:: EXTRACTED RECORDS
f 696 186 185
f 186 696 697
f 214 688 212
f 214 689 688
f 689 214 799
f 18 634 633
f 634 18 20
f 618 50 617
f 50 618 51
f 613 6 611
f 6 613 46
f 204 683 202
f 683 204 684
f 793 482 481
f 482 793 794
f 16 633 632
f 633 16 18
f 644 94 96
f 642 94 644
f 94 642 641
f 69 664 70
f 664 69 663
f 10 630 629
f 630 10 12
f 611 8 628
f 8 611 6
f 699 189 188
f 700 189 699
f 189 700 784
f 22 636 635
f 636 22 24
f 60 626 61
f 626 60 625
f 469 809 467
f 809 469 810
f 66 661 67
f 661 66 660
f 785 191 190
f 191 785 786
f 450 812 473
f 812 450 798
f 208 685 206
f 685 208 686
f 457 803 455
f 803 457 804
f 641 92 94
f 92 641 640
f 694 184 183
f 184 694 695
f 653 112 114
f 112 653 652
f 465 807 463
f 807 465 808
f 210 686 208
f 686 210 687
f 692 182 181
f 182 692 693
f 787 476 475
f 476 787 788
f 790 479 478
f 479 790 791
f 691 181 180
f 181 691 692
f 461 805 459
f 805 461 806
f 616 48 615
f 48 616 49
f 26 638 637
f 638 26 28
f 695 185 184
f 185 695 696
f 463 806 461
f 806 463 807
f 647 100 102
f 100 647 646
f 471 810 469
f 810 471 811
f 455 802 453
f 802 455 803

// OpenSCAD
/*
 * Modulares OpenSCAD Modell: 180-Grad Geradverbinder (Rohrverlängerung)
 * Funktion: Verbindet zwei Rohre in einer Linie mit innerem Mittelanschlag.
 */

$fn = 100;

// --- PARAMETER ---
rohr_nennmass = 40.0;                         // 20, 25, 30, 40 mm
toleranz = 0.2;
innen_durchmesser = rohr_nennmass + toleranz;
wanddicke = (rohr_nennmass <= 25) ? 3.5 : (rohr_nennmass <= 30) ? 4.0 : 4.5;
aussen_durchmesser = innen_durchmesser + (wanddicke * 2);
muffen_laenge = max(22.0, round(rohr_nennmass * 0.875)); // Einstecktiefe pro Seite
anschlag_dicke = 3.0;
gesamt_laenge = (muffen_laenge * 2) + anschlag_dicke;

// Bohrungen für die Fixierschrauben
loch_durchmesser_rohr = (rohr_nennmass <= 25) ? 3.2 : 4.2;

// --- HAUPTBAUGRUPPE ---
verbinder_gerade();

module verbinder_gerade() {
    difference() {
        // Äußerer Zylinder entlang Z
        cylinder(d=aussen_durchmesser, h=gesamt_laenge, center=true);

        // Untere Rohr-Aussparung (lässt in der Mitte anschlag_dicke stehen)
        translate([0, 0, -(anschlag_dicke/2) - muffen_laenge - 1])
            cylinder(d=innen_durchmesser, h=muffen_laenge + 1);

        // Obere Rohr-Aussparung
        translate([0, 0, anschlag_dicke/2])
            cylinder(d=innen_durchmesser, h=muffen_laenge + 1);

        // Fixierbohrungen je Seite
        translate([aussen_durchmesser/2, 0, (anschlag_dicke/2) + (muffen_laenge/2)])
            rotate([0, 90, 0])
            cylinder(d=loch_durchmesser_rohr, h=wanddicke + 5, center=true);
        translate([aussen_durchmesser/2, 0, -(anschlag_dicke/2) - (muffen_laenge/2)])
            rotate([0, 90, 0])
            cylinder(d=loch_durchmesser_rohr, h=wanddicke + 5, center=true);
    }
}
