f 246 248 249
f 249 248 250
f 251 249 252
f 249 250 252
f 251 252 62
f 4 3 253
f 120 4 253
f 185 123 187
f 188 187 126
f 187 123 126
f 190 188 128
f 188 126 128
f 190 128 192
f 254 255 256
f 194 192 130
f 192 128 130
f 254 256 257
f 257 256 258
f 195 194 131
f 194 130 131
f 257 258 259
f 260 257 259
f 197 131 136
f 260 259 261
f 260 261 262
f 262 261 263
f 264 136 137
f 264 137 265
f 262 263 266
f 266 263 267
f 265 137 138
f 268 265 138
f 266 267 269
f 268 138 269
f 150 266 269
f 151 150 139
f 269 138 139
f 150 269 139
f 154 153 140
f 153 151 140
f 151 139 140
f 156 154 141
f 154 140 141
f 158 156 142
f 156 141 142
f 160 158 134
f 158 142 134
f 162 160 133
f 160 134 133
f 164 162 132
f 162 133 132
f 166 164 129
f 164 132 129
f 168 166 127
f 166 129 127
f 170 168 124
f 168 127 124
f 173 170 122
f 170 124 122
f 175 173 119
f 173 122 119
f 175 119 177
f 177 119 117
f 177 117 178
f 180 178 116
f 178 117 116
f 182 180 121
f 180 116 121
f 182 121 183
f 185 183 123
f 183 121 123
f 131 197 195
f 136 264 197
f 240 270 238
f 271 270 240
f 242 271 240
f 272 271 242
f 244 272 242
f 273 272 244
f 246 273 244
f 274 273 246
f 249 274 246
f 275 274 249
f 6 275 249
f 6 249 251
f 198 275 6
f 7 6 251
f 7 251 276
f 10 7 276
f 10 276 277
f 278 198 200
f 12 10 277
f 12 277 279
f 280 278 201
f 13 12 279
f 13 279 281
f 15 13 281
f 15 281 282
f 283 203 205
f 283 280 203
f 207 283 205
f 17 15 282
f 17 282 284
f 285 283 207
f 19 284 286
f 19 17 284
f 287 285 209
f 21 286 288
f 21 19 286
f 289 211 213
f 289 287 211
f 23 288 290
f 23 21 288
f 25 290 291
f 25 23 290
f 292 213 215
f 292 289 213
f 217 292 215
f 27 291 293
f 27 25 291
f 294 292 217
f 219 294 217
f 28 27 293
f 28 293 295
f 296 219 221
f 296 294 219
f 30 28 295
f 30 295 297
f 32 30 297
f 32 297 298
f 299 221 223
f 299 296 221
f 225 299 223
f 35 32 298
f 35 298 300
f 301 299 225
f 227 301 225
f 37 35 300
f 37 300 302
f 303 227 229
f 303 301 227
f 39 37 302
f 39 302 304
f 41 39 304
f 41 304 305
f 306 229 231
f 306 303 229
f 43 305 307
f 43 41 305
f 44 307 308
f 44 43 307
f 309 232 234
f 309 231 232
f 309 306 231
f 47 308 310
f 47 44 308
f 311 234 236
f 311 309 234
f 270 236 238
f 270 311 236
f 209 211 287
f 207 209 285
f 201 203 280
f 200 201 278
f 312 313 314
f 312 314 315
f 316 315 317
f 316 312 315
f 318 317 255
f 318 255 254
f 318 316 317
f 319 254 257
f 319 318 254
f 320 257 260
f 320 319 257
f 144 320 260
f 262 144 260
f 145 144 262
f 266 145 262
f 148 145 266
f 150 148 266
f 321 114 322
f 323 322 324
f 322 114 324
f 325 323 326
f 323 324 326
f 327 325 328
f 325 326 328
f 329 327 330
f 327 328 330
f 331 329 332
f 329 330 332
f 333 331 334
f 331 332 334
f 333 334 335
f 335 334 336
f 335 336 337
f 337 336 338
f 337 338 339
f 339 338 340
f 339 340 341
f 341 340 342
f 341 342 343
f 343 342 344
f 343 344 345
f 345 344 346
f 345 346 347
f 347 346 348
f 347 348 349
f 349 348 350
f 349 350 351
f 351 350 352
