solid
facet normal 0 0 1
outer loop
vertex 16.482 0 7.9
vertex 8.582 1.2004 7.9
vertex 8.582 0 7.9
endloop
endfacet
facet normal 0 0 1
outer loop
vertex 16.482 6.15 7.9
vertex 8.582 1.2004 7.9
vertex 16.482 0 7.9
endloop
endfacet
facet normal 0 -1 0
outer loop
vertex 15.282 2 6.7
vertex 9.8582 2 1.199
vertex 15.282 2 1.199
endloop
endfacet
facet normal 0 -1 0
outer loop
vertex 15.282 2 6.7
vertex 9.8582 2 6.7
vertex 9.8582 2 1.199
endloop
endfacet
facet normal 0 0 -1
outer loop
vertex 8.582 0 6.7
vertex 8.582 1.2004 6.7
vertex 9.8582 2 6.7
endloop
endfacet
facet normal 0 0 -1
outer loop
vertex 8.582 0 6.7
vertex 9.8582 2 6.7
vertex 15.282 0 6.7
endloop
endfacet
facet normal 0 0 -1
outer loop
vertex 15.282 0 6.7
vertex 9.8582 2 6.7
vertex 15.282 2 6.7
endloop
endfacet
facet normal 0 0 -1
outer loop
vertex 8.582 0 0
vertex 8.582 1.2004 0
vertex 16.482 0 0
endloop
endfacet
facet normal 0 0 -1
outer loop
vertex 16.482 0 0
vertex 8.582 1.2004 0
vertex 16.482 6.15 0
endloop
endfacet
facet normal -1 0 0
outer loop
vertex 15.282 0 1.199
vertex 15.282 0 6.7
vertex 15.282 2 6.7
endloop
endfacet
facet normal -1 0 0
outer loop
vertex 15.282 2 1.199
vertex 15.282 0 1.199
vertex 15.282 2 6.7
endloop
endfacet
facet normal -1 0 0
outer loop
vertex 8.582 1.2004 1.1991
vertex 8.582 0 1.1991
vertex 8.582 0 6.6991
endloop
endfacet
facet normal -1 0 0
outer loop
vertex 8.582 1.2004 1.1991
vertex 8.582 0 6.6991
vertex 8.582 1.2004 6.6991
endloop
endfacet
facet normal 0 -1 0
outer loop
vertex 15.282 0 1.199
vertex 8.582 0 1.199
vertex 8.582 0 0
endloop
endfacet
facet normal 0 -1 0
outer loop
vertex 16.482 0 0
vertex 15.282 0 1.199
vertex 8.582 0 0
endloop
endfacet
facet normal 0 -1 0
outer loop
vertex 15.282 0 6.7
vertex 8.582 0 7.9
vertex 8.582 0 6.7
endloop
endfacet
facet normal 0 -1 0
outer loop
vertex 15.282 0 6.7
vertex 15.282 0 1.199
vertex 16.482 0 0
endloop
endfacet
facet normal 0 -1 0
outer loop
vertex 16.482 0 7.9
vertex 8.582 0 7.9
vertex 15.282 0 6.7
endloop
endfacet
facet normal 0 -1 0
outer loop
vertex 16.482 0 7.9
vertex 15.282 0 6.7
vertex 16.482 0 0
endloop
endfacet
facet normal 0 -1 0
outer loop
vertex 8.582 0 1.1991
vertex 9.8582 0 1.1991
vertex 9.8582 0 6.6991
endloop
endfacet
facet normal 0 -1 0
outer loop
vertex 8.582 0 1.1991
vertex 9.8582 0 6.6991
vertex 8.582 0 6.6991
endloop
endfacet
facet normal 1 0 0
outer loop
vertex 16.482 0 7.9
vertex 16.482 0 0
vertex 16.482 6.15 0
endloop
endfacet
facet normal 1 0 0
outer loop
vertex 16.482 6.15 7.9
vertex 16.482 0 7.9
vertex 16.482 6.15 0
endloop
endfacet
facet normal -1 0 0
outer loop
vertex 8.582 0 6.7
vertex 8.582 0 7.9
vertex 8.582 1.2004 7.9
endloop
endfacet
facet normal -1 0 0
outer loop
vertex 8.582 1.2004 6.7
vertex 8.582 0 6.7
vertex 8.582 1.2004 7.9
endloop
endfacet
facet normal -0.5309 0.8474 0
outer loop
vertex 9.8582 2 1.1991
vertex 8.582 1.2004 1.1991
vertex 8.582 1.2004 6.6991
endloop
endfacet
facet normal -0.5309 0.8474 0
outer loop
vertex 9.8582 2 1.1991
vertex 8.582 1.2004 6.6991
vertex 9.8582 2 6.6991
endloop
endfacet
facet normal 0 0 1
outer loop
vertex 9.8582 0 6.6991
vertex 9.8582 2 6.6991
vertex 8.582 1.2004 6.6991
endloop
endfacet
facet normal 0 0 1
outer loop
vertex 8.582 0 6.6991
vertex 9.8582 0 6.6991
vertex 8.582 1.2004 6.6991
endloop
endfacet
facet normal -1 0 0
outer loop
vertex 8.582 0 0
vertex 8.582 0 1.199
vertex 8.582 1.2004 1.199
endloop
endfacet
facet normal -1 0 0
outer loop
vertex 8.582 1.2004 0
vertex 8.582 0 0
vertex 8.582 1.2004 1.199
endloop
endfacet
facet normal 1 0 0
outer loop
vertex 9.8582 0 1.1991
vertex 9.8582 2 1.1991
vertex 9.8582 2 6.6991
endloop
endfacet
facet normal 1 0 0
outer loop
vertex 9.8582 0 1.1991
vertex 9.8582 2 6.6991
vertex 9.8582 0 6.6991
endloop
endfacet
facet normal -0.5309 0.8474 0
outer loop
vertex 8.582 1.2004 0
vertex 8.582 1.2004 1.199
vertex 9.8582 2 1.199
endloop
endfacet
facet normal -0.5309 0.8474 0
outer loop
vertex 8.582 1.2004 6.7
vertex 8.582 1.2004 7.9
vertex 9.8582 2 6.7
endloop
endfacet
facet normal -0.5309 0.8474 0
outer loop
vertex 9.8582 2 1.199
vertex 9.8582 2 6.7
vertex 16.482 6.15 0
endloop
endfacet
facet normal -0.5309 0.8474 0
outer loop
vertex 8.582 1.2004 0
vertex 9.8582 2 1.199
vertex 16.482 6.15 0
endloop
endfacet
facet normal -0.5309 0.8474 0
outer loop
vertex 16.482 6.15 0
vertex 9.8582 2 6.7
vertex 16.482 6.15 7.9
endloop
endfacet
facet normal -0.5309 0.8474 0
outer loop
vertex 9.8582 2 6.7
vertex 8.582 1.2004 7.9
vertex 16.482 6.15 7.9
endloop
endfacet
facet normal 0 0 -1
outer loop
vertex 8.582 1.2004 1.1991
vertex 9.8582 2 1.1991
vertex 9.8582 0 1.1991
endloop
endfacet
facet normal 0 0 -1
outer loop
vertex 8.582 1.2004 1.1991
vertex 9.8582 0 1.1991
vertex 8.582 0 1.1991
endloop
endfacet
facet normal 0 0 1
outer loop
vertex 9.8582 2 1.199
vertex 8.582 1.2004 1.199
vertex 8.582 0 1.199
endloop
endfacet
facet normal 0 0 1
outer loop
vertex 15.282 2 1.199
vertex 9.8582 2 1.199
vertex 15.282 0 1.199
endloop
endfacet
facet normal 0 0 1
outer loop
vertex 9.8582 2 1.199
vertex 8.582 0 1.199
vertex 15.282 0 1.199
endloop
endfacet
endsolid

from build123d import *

# Parameters (mm, degrees)
MAINBASESKETCH_W          = 15.8
MAINBASESKETCH_H          = 3.2
MAINBASEEXTRUDE_DEPTH     = 7.9
STUDSSKETCH_R             = 2.4
STUDSEXTRUDE_DEPTH        = 1.6
MAINBASESHELL_T           = -1.2
LCUTBLUE_DEPTH            = 19.555463972
LCUTBLUE_DEPTH_BACK       = 19.555463972
CUTADDEDTOLCUT_DEPTH      = 2
MADESLIMCUTSKETCH_W       = 7.9
MADESLIMCUTSKETCH_H       = 7.9
MADESLIMCUT_DEPTH         = 19.897228453
MADESLIMFILLEXT_REACH     = 20.555
SKETCH33_W                = 5.500952983
SKETCH33_H                = 1.199047018
ANGLEDSLIMBASECUT_DEPTH   = 19.555463972
ANGLEDSLIMBASESWEEP_DEPTH = 7.9
CUT_EXTRUDE24_DEPTH       = 20.284391181
BOSS_EXTRUDE17_START      = 0.0001
BOSS_EXTRUDE17_DEPTH      = 5.5


# Read off the part's stored shape, not the designer's step: AngledSlimBaseSweep
with BuildPart() as part:
    # MainBaseSketch → MainBaseExtrude (new, symmetric)
    with BuildSketch(Plane.XY):
        with Locations((8.581967213, 1.6)):
            Rectangle(MAINBASESKETCH_W, MAINBASESKETCH_H)
    extrude(amount=MAINBASEEXTRUDE_DEPTH, both=True)

    # StudsSketch → StudsExtrude (add)
    with BuildSketch(Plane(origin=(0, 3.2, 0), x_dir=(1, 0, 0), z_dir=(0, 1, 0))):
        with Locations((4.581967213, 4)):
            Circle(STUDSSKETCH_R)
    extrude(amount=STUDSEXTRUDE_DEPTH)

    # MainBaseShell
    mainbaseshell_openings = [part.faces().sort_by_distance(p)[0] for p in [
        (8.581967213, 0, 0),
    ]]
    offset(amount=MAINBASESHELL_T, openings=mainbaseshell_openings, kind=Kind.INTERSECTION)

    # LCUTBlueSketch → LCutBlue (cut, two sides: drawn at the far end of the back side and taken through both)
    with BuildSketch(Plane(origin=(0, 3.2, 0), x_dir=(1, 0, 0), z_dir=(0, 1, 0)).offset(-LCUTBLUE_DEPTH_BACK)):
        Polygon((8.581967213, 53.229874044), (8.581967213, 7.9), (8.581967213, 0), (16.481967213, 0), (61.811841258, 0), (125.917963912, 64.106122654), (72.688089868, 117.335996699), align=None)
    extrude(amount=LCUTBLUE_DEPTH + LCUTBLUE_DEPTH_BACK, mode=Mode.SUBTRACT)

    # CutAddedtoLSketch → CutAddedToLCut (add)
    with BuildSketch(Plane.XZ):
        Polygon((7.382920196, -6.7), (8.581967213, -6.7), (8.581967213, 0), (15.281967213, 0), (15.281967213, 1.199047018), (7.382920196, 1.199047018), (7.382920196, 0), align=None)
    extrude(amount=-CUTADDEDTOLCUT_DEPTH)

    # MadeSlimCutSketch → MadeSlimCut (cut, through all)
    with BuildSketch(Plane.XZ):
        with Locations((4.631967213, -3.95)):
            Rectangle(MADESLIMCUTSKETCH_W, MADESLIMCUTSKETCH_H)
    extrude(amount=-MADESLIMCUT_DEPTH, mode=Mode.SUBTRACT)

    # Sketch33 → MadeSlimFillExt (add, up to next)
    with BuildSketch(Plane.XZ, mode=Mode.PRIVATE) as madeslimfillext_sk1:
        with Locations((4.632443704, 0.599523509)):
            Rectangle(SKETCH33_W, SKETCH33_H)
    madeslimfillext_tool1 = extrude(madeslimfillext_sk1.sketch, amount=-MADESLIMFILLEXT_REACH, mode=Mode.PRIVATE) - part.part
    add(madeslimfillext_tool1.solids().sort_by_distance((4.632444, 0, 0.599524))[0])

    # AngledSlimBaseSketch → AngledSlimBaseCut (cut, through all)
    with BuildSketch(Plane.XY.offset(7.9)):
        Polygon((16.481967213, 6.15), (0.681967213, 2.247699421), (16.481967213, 2.247699421), align=None)
    extrude(amount=-ANGLEDSLIMBASECUT_DEPTH, mode=Mode.SUBTRACT)


with BuildPart() as body_2:
    # of the pieces the cut leaves, the one that is kept (angledslimbasecut_keep)
    add(part.part.solids().sort_by_distance((0.681967213, 0, 7.9))[0])

    # AngledSlimBaseSweep outline → AngledSlimBaseSweep (add)
    with BuildSketch(Plane.XY):
        Polygon((16.481967213, 2.247699421), (16.481967213, 6.15), (0.681967213, 2.247699421), align=None)
    extrude(amount=ANGLEDSLIMBASESWEEP_DEPTH)

    # Sketch89 → Cut-Extrude24 (cut, through all)
    with BuildSketch(Plane.XY.offset(7.9)):
        Polygon((8.581967213, 0), (8.581967213, 1.200372495), (16.481967213, 6.15), (0.681967213, 2.247699421), (0.681967213, 0), align=None)
    extrude(amount=-CUT_EXTRUDE24_DEPTH, mode=Mode.SUBTRACT)


with BuildPart() as body_2_2:
    # Sketch93 → Boss-Extrude17 (new body)
    with BuildSketch(Plane.XY.offset(1.199047018).offset(BOSS_EXTRUDE17_START)):
        Polygon((8.581967213, 1.200372495), (9.858236444, 2), (9.858236444, 0), (8.581967213, 0), align=None)
    extrude(amount=BOSS_EXTRUDE17_DEPTH)


solid = Compound([body_2.part, body_2_2.part])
::::
## ASSIGNMENT
Could you find every line in the records above that contains the word "OpenSCAD" and copy it?

## ANSWER BOX
// OpenSCAD
 * Modulares OpenSCAD Modell: 180-Grad Geradverbinder (Rohrverlängerung)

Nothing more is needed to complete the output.